■ 今日の用語解説
本日は、Webセキュリティの超重要キーワード「クロスサイトスクリプティング (XSS)」について解説します。
▼ クロスサイトスクリプティング (XSS) とは?
Webサイトの脆弱性を突いて、悪意のあるプログラム(スクリプト)をユーザーのブラウザ上で実行させる攻撃手法のことです。

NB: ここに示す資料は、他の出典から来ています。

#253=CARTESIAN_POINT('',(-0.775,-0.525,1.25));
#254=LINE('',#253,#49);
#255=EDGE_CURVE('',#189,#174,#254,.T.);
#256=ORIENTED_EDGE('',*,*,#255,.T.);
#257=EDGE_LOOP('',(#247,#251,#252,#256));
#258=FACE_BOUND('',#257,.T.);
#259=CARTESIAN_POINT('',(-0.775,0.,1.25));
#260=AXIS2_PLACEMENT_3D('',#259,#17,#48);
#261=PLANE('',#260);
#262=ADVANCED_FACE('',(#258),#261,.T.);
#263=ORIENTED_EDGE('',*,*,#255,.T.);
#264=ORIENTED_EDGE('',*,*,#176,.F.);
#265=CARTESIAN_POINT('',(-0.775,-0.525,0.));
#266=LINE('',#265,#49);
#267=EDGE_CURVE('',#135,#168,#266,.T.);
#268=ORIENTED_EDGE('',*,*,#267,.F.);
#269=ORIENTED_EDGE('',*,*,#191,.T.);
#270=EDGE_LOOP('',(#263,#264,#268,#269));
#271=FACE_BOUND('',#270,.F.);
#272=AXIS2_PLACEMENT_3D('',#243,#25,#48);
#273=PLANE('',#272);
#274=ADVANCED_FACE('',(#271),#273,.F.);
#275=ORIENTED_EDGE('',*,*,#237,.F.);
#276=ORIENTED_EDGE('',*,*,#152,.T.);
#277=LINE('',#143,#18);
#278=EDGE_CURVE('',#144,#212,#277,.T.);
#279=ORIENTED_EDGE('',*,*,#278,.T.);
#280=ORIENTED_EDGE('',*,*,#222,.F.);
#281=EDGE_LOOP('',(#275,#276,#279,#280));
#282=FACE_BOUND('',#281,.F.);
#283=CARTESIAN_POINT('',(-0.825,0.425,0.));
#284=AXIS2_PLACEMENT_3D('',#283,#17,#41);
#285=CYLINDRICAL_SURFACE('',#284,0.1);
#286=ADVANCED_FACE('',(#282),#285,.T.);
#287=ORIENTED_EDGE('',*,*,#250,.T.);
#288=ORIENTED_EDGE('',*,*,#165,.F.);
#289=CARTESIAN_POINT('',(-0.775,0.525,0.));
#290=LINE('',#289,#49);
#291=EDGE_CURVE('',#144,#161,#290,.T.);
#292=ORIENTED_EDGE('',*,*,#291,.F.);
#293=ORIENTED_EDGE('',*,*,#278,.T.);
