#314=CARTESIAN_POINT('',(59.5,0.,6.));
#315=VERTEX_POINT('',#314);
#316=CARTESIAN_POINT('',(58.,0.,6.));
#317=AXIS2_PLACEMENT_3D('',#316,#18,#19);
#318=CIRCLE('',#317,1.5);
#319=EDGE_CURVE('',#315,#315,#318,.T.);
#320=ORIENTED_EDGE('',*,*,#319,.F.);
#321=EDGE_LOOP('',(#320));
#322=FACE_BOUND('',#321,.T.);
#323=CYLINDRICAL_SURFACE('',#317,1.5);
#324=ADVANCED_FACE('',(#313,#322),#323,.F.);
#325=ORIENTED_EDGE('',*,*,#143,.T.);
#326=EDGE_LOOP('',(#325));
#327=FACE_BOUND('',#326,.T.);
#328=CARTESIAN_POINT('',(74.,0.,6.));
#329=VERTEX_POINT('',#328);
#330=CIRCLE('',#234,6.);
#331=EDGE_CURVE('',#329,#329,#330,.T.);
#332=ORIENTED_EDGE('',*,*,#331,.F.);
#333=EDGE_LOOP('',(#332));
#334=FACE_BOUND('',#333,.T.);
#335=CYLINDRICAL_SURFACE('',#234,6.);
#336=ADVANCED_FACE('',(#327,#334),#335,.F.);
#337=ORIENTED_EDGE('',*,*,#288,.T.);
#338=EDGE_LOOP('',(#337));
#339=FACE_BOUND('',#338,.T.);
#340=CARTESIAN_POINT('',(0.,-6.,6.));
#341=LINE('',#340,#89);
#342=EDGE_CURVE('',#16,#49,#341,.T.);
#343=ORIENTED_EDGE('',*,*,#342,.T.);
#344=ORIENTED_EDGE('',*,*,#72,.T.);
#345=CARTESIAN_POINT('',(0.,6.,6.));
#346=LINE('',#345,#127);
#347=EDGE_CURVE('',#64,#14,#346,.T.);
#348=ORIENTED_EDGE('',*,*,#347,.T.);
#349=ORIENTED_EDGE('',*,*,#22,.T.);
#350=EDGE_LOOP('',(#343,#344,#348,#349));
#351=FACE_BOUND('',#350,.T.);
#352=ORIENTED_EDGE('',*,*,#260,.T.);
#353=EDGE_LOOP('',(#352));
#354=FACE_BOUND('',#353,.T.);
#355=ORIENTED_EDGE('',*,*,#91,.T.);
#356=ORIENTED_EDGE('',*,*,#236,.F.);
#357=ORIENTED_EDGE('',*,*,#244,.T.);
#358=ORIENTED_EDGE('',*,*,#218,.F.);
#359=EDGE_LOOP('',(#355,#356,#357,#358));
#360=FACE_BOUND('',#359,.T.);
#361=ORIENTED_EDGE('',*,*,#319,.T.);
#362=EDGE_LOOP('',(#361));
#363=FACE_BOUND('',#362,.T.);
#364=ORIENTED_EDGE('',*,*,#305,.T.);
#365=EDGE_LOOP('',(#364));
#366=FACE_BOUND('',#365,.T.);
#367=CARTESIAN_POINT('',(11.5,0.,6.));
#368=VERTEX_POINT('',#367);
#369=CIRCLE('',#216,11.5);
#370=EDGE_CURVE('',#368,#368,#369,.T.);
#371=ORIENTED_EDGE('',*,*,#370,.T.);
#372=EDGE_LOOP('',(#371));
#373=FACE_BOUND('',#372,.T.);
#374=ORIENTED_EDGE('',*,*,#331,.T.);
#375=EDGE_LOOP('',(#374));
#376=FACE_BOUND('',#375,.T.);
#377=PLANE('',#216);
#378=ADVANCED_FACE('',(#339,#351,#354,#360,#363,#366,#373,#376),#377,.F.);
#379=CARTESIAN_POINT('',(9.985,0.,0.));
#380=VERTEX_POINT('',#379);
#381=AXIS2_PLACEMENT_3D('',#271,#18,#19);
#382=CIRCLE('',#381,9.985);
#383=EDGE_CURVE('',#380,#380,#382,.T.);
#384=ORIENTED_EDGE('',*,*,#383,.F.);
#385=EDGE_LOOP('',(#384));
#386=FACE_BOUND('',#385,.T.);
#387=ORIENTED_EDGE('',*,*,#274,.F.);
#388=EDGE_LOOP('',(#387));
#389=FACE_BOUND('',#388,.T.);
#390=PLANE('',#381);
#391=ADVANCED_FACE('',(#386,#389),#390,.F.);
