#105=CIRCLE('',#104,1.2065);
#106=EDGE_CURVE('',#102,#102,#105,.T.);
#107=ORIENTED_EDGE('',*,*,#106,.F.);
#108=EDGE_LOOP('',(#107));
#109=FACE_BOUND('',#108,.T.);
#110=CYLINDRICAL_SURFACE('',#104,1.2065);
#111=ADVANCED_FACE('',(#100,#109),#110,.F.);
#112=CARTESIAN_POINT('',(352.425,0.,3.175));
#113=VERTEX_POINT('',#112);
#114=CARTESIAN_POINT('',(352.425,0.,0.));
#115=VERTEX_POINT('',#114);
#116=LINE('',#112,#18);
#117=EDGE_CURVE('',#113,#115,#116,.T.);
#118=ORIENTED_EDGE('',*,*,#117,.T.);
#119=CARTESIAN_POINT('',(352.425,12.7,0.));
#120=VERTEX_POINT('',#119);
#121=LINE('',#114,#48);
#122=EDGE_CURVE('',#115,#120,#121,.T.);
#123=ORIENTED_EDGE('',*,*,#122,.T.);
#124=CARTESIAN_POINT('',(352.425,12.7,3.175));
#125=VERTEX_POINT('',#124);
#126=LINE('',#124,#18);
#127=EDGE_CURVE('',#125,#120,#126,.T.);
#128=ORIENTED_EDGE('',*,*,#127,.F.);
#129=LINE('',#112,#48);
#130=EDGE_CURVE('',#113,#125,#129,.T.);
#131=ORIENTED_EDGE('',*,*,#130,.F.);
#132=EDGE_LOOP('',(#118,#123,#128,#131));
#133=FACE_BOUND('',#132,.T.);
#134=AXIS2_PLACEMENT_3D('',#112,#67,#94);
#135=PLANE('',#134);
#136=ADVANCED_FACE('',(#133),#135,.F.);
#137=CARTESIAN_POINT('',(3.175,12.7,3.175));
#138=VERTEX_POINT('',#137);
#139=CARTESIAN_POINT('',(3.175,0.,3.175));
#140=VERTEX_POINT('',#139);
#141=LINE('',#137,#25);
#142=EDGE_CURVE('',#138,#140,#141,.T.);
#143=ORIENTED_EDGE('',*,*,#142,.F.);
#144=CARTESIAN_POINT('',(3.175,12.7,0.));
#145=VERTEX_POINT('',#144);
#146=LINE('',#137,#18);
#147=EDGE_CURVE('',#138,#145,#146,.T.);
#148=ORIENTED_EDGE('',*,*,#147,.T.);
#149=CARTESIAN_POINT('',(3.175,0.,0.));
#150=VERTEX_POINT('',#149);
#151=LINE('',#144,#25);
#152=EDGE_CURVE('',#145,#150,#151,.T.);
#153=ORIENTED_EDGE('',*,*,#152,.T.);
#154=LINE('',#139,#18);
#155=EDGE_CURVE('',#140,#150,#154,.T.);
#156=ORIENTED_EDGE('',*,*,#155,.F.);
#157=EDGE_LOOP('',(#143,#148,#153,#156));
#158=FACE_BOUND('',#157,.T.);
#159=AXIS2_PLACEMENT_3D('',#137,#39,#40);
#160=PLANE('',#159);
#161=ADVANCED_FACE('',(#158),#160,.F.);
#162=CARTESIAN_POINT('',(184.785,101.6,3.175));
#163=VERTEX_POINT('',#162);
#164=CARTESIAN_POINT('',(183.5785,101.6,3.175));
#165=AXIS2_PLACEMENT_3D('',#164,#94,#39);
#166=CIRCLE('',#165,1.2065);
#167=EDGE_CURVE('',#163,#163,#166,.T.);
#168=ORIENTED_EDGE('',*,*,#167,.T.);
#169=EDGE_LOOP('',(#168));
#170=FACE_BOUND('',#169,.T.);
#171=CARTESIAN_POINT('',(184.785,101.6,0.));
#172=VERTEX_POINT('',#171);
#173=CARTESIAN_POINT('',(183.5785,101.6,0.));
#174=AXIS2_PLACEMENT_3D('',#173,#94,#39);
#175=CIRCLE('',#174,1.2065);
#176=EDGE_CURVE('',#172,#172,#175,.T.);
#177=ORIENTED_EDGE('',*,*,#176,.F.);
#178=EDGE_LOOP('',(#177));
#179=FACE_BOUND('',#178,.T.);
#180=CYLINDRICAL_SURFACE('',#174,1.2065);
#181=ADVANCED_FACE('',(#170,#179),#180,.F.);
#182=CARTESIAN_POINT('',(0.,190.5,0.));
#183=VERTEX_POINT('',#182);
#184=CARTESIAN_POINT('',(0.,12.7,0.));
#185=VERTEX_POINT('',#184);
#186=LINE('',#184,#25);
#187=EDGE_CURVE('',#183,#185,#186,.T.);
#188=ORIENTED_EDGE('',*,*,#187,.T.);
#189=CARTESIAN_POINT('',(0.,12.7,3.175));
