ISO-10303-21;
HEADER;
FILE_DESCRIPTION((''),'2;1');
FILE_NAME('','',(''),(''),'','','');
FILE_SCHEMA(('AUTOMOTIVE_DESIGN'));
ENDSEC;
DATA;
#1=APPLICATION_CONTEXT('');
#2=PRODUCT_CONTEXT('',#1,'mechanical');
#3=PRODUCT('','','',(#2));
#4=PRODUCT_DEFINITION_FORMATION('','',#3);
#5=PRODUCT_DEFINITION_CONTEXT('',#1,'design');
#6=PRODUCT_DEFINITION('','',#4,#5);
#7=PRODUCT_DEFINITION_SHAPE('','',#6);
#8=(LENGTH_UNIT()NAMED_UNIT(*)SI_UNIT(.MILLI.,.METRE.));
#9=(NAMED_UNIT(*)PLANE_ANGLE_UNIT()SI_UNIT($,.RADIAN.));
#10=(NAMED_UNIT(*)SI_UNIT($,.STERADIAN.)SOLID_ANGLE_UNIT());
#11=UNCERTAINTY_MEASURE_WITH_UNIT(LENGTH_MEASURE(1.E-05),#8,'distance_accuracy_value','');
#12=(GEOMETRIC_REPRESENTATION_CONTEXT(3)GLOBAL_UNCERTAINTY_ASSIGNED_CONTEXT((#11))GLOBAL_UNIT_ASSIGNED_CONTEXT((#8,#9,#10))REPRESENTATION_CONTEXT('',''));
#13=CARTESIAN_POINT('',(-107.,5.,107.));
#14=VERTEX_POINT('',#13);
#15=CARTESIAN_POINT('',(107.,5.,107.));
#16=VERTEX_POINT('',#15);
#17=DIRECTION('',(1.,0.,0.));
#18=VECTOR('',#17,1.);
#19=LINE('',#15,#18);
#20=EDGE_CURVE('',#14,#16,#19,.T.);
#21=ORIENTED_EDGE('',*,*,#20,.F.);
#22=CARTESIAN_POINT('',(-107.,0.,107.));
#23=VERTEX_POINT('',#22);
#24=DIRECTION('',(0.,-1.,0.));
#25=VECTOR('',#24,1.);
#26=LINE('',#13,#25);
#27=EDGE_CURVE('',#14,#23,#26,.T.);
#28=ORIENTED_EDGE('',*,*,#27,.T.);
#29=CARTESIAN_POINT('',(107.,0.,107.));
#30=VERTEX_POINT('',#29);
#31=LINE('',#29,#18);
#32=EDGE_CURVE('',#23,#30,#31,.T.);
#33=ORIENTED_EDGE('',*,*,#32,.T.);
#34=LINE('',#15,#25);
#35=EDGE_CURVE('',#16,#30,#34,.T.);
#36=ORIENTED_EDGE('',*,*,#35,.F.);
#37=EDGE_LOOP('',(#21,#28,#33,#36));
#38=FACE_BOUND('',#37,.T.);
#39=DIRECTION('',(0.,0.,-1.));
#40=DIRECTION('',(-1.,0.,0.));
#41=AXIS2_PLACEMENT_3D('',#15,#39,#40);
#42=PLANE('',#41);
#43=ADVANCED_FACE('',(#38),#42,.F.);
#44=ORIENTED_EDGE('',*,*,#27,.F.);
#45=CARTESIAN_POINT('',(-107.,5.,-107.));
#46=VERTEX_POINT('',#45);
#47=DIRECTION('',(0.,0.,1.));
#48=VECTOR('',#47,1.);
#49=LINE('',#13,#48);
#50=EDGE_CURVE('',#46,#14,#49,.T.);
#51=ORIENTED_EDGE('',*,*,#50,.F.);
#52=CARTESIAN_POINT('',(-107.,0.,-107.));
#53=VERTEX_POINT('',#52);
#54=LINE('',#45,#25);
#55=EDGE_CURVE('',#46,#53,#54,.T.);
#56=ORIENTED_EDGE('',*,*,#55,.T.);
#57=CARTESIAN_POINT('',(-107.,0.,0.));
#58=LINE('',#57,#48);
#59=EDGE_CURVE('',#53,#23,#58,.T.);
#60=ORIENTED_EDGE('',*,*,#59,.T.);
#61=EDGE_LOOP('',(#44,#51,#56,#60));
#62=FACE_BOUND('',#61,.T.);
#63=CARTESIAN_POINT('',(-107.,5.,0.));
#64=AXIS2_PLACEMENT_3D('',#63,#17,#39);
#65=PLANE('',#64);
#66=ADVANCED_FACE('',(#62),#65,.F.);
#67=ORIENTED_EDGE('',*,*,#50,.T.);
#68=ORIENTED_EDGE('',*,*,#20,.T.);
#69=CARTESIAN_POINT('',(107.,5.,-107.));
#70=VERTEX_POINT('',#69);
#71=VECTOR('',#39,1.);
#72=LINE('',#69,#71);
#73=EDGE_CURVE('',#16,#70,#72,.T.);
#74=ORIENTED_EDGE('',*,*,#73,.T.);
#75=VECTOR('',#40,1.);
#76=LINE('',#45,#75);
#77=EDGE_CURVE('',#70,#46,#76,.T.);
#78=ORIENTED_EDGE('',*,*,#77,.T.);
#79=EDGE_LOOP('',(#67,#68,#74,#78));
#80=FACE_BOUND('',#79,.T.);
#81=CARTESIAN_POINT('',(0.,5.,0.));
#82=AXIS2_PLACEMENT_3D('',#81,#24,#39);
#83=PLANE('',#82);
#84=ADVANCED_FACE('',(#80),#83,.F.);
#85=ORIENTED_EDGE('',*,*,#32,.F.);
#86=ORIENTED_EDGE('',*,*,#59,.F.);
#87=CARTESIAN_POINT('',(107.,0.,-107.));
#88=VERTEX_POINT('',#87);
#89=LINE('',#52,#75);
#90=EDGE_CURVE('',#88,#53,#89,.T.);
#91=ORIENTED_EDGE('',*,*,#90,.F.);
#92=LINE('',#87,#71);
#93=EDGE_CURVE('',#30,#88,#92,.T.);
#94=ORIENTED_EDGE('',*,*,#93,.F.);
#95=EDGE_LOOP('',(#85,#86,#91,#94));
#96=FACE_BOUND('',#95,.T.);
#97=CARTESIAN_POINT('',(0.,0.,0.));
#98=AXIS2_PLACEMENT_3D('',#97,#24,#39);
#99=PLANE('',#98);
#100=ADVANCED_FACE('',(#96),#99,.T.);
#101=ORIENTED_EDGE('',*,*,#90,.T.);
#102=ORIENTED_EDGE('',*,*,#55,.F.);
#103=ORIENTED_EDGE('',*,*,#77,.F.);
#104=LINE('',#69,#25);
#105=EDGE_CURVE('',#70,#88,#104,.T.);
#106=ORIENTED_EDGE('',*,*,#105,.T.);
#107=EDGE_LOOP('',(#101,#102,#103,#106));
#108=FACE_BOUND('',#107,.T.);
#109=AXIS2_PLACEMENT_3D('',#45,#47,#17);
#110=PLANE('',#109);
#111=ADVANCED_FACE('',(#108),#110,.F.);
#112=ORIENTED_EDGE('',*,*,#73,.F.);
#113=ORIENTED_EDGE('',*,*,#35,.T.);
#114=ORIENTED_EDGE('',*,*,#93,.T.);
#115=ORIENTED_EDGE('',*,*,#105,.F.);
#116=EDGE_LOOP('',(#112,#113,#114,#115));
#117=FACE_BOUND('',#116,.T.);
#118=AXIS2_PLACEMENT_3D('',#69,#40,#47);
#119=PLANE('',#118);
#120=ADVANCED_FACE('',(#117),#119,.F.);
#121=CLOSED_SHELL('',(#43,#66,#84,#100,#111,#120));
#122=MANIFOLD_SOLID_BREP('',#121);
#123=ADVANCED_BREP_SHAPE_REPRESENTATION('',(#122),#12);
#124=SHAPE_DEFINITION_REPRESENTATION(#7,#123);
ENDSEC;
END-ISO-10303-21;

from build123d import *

# Parameters (mm, degrees)
BOSS_EXTRUDE1_DEPTH = 5


with BuildPart() as part:
    # Sketch1 → Boss-Extrude1 (new body)
    with BuildSketch(Plane(origin=(0, 0, 0), x_dir=(1, 0, 0), z_dir=(0, 1, 0))):
        Polygon((-107, 0), (-107, 107), (107, 107), (107, -107), (-107, -107), align=None)
    extrude(amount=BOSS_EXTRUDE1_DEPTH)


solid = part.part
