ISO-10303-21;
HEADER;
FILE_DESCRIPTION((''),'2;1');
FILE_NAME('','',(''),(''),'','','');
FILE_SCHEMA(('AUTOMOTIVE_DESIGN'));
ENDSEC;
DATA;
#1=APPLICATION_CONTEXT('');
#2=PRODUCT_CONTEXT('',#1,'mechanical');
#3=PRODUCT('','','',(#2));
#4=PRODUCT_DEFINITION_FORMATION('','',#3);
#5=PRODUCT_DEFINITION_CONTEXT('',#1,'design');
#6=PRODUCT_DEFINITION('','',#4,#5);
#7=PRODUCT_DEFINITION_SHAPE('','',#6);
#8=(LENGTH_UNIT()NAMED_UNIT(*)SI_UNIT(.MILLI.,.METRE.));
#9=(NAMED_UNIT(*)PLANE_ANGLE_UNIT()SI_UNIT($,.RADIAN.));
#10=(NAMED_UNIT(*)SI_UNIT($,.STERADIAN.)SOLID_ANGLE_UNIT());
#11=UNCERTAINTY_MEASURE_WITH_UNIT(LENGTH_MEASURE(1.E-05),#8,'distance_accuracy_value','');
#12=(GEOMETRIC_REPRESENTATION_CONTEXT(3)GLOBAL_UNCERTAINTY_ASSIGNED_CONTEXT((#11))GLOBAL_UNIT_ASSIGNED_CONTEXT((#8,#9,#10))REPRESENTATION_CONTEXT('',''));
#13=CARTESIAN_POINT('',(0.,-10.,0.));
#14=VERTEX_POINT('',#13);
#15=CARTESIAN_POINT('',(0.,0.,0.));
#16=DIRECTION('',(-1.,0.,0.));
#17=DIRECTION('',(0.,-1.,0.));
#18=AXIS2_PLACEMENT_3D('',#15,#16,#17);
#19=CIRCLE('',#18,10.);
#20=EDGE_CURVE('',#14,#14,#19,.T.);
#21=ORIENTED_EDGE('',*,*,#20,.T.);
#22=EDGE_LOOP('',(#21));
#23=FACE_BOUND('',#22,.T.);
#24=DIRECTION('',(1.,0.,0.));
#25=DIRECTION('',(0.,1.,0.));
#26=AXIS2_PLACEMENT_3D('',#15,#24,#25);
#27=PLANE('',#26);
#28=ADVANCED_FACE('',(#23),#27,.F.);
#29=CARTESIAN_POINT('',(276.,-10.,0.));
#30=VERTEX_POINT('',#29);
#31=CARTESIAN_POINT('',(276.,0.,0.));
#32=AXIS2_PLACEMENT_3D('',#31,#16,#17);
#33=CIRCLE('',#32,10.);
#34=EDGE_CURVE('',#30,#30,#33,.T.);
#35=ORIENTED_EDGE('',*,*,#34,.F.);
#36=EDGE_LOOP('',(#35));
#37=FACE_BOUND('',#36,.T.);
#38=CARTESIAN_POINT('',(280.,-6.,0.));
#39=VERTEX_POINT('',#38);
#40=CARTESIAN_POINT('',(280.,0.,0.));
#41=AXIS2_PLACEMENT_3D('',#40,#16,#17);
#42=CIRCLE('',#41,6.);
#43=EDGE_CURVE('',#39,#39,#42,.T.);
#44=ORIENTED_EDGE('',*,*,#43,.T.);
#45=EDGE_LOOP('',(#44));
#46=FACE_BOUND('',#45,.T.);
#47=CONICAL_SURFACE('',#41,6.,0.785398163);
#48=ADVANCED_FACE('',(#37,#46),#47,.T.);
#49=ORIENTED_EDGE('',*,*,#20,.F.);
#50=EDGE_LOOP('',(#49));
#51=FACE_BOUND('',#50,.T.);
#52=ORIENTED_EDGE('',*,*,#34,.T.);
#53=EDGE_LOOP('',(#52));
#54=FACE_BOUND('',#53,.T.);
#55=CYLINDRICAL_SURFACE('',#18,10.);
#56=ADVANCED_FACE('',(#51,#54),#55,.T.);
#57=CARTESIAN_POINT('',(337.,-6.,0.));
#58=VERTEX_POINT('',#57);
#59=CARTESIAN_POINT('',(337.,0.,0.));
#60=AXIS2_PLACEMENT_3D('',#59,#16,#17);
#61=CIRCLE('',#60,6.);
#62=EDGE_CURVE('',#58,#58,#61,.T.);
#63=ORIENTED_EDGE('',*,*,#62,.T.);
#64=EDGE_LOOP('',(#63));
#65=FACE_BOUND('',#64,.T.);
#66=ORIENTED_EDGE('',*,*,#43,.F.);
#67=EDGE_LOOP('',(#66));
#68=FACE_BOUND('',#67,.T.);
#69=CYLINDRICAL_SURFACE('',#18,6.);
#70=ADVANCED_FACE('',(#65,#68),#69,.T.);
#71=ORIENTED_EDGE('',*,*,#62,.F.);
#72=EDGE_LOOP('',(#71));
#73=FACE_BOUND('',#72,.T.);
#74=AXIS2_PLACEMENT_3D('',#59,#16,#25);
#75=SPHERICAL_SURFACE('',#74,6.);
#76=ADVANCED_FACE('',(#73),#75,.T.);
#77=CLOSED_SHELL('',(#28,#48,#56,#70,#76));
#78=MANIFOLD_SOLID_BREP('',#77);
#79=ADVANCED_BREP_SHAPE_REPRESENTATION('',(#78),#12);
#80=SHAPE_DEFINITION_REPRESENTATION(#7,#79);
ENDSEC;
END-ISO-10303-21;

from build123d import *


with BuildPart() as part:
    # Sketch1 → Revolve1 (revolve)
    with BuildSketch(Plane.XY, mode=Mode.PRIVATE) as revolve1_sk:
        with BuildLine():
            Line((0, 0), (0, 10))
            Line((0, 10), (276, 10))
            Line((276, 10), (280, 6))
            Line((280, 6), (337, 6))
            ThreePointArc((337, 6), (341.242640687, 4.242640687), (343, 0))
            Line((343, 0), (0, 0))
        make_face()
    revolve(revolve1_sk.sketch.rotate(Axis((0, 0, 0), (1, 0, 0)), 180), axis=Axis((0, 0, 0), (1, 0, 0)))


solid = part.part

本来、Webサイトはユーザーに便利な機能を提供するためにプログラムを動かしますが、開発側の安全確認が不十分だと、悪い人が作ったプログラムを勝手に動かされてしまう穴(脆弱性)が生まれます。
▼ なぜXSSは危険なのか?(想定される被害)
(1) アカウントの乗っ取り
ユーザーがログインしている証明となる「クッキー(Cookie)」を盗み出し、パスワードを知らなくても本人になりすましてアクセスされてしまいます。
(2) 個人情報の漏えい
画面上に本物そっくりの偽の入力画面を表示させ、クレジットカード番号や個人情報を盗み取ります。
(3) 偽サイトへの誘導
アクセスしただけで、ウイルスが仕込まれた別の危険なサイトへ強制的に飛ばされてしまいます。
(4) 意図しない操作の実行
SNSで勝手にスパム投稿をされたり、掲示板に不正な書き込みをされたりします。
▼ XSSの3つの種類
(1) 反射型XSS
罠が仕掛けられたURLをクリックさせることで、その一回だけ不正なプログラムを実行させる手口です。メールやメッセージアプリなどで送られてくる怪しいリンクに注意が必要です。
(2) 蓄積型XSS
誰でも書き込める掲示板などに、あらかじめ罠のプログラムを書き込んで保存(蓄積)させておく手口です。その掲示板を見たすべての人に被害が及ぶため、非常に危険です。
(3) DOM Based XSS
サーバーを通さず、ユーザーのブラウザ上で動くプログラムの隙を突く少し複雑な手口です。
▼ 開発者が行うべき対策
(1) エスケープ処理(無害化)
ユーザーが入力した文字を表示するときに、プログラムとして動いてしまう特殊な記号(<や>など)を、ただの文字に変換して無力化します。
(2) HttpOnly属性の活用
万が一攻撃されてもクッキーを盗まれないように、プログラムからの読み取りを禁止する設定を行います。
(3) WAFの導入
Webサイトへの攻撃を入り口で監視してブロックするシステムを導入し、多層防御を行います。
▼ ユーザーができる対策
(1) 不審なメールやメッセージのリンクを安易にクリックしない
(2) ブラウザやOSのアップデートを常に行い、最新の状態を保つ
XSSは古くからある脆弱性ですが、いまだに多くのWebサイトで見つかる深刻な問題です。ITエンジニアを目指す方は、必ず仕組みと対策を理解しておきましょう!